There might be good reasons to have students engage in low-level tasks like memorization, but good problem-solving tasks are often "procedures with connections" or "doing mathematics"

  • Memorization
  • Procedures without connections
  • Procedures with connections
  • Doing mathematics: 
    • Students are required to explore, analyze, reflect on previous knowledge, and self-regulate. These are the tasks in which students are require to come up with their own "pathway" for solving the problem. 
    • Doing math is exploring relationships.  It can be different representations, making connections, complex thinking, self-monitoring, and using their prior and new knowledge.


Create intellectual need/"if math is the aspirin, what is the headache?"
  • Tasks should introduce a big (probably complex) question right off the bat, and the rest of the task should revolve around that big question. This gives students a purpose for doing calculations, solving equations, etc. even though that purpose may not be completely real life. For example, students may write a quadratic equation and solve it because they see the purpose-- they are trying to answer “the big question” that the task revolves around.
  • If I want my students to learn how to solve an exponential equation, I need to give them a task that shows them there is a need for that new skill. Giving students a reason for learning something motivates them, and provides a context for connecting the new skill learned.


Delay feedback/Be less helpful
As a teacher one of my biggest flaws is trying to be too helpful, it is important to let the kids struggle with material and make connections on their own before giving them the answers, or verifying their responses.
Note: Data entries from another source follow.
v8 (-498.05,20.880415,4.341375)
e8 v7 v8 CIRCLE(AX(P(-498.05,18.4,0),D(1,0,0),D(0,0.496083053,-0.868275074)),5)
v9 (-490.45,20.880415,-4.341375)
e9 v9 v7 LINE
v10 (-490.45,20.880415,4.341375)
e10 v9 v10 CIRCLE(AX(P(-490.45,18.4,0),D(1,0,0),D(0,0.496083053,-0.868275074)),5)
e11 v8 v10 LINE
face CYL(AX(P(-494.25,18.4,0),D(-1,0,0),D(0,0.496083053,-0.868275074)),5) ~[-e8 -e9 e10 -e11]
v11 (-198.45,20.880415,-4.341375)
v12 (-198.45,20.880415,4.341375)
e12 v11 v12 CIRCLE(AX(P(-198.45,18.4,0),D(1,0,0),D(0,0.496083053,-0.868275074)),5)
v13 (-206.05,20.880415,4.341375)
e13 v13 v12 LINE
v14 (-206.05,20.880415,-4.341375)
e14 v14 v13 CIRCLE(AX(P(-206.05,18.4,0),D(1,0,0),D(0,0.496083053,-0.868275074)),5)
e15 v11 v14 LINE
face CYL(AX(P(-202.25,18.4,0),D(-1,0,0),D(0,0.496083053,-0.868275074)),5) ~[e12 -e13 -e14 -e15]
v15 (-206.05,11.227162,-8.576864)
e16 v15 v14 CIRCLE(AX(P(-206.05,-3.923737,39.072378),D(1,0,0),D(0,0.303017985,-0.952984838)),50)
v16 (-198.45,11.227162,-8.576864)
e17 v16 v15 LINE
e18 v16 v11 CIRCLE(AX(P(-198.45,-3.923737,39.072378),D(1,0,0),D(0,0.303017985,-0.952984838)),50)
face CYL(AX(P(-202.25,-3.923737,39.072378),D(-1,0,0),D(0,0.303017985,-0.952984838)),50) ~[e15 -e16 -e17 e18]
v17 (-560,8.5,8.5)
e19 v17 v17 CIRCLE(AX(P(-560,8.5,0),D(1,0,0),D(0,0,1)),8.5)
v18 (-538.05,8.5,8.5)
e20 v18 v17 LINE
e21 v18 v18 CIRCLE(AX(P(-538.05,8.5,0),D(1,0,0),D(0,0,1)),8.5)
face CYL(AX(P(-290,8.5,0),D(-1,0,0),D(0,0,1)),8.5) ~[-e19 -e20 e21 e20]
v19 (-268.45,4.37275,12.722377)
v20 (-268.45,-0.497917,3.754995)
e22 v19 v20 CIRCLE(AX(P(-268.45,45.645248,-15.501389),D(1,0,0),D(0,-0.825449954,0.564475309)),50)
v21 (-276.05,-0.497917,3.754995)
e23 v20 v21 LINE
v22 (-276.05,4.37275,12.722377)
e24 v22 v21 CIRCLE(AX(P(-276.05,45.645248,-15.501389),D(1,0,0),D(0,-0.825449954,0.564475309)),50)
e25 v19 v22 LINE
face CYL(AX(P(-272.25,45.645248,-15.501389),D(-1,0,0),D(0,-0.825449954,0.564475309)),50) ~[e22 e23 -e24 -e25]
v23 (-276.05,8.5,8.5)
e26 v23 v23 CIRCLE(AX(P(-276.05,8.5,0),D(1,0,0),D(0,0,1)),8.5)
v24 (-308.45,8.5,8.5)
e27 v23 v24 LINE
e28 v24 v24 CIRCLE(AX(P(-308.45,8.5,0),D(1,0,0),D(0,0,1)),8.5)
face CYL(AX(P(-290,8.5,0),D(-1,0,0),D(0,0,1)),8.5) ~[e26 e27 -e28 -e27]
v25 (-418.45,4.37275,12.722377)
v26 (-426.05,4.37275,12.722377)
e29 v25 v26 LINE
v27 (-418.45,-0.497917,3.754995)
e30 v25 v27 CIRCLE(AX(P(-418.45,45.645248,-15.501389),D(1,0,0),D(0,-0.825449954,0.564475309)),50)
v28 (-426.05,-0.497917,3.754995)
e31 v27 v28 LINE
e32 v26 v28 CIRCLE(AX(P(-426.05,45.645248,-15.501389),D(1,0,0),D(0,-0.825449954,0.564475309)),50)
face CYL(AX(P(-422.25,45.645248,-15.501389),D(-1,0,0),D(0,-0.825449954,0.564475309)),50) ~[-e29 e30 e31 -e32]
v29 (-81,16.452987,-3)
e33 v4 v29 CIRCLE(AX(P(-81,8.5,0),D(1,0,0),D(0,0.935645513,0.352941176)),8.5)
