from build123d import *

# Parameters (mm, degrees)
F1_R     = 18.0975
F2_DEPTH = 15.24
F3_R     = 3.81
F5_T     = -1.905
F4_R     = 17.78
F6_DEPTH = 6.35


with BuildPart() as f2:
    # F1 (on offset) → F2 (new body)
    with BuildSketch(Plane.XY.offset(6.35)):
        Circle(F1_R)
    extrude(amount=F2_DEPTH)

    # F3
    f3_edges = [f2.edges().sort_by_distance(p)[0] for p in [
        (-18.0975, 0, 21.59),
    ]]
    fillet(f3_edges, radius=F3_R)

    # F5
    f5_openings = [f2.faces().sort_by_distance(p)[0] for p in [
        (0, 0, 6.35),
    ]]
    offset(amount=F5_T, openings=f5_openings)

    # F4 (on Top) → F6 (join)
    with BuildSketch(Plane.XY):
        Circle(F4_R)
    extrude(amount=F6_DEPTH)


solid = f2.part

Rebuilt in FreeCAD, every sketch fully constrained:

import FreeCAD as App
import Part
import Sketcher
from FreeCAD import Vector
Q = App.Units.Quantity


def edges_at(feature, points):
    """Names of the edges that pass closest to the given points."""
    edges = feature.Shape.Edges
    near = lambda p: min(range(len(edges)), key=lambda i: edges[i].distToShape(Part.Vertex(*p))[0])
    return sorted({f"Edge{near(p) + 1}" for p in points})


def faces_at(feature, points):
    """Names of the faces that lie closest to the given points."""
    faces = feature.Shape.Faces
    near = lambda p: min(range(len(faces)), key=lambda i: faces[i].distToShape(Part.Vertex(*p))[0])
    return sorted({f"Face{near(p) + 1}" for p in points})

doc = App.newDocument("Part")
body = doc.addObject("PartDesign::Body", "Body")

sketch1 = doc.addObject("Sketcher::SketchObject", "Sketch")
body.addObject(sketch1)
sketch1.AttachmentSupport = (doc.XY_Plane, [""])
sketch1.MapMode = "FlatFace"
sketch1.AttachmentOffset = App.Placement(Vector(0, 0, 0.25 * 25.4), App.Rotation())
sketch1.addGeometry(Part.Circle(Vector(0, 0, 0), Vector(0, 0, 1), 18), False)
sketch1.addConstraint([
    Sketcher.Constraint("Coincident", 0, 3, -1, 1),
    Sketcher.Constraint("Diameter", 0, Q("1.425 in")),
])
pad1 = doc.addObject("PartDesign::Pad", "Pad")
body.addObject(pad1)
pad1.Profile = sketch1
pad1.Length = Q("0.6 in")
doc.recompute()

fillet = doc.addObject("PartDesign::Fillet", "Fillet")
body.addObject(fillet)
fillet.Base = (pad1, edges_at(pad1, [(-18.098, 0, 21.59)]))
fillet.Radius = Q("0.15 in")
doc.recompute()

thickness = doc.addObject("PartDesign::Thickness", "Thickness")
body.addObject(thickness)
thickness.Base = (fillet, faces_at(fillet, [(0, 0, 6.35)]))
thickness.Value = Q("0.075 in")
thickness.Reversed = True
thickness.Join = "Arc"

sketch2 = doc.addObject("Sketcher::SketchObject", "Sketch001")
body.addObject(sketch2)
sketch2.AttachmentSupport = (doc.XY_Plane, [""])
sketch2.MapMode = "FlatFace"
sketch2.addGeometry(Part.Circle(Vector(0, 0, 0), Vector(0, 0, 1), 18), False)
sketch2.addConstraint([
    Sketcher.Constraint("Coincident", 0, 3, -1, 1),
    Sketcher.Constraint("Diameter", 0, Q("1.4 in")),
])
pad2 = doc.addObject("PartDesign::Pad", "Pad001")
body.addObject(pad2)
pad2.Profile = sketch2
pad2.Length = Q("0.25 in")

doc.recompute()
Tasks should help students make connections: 
Traditionally, school curricula have too often presented mathematics as isolated bits of information and procedures to be memorized.  As a result, students are often limited in their ability to approach new problems for which they cannot recall a previously taught algorithm. Instead, tasks should help students make connections: 
  • Between the different representations we use in math class (graph, table, equation, etc.)  
  • Between the conceptual and procedural mathematics we do in our classes.
  • Among mathematical concepts.  
    • Math doesn't exist in discrete subsets, no matter what we title our courses. Connecting curricular ideas builds a deeper understanding of math as a discipline. Also, connecting to previous tasks can help develop student knowledge that "sticks" because it helps them to create a frame of reference for later developments.
    • Appropriate launch/conclusion activities will help to build connection between the understandings of the new concepts with previous mathematical concepts


Have a clear educational purpose
  • “For example, if the goal is to increase students' fluency in retrieving basic facts, definitions, and rules, then tasks that focus on memorization may be appropriate. If the goal is to increase students' speed and accuracy in solving routine problems, then tasks that focus on procedures without connections may be appropriate” (Stein et al., 2000).
  • start with the mathematics when selecting a problem solving task.  The teacher should think about the mathematics that they want the students to focus on, and then find tasks that build upon that math topic.
  • If you want students to investigate the area of polygons for example, then you need to select a task that is deep and rich enough to allow this to happen.  If you just want students to memorize the area formulas, then you would use a completely different task.
  • A teacher may choose, for example, to use a problem solving task as a way to introduce a mathematical concept, to help students develop intuition about a concept, or to build upon an already mastered concept. To me, it seems important to understand what the specific goal for student learning is before choosing or creating a task
  • Use "special" tasks in the beginning of the class to set norms and expectations, and then use content-focused tasks for the rest of the year.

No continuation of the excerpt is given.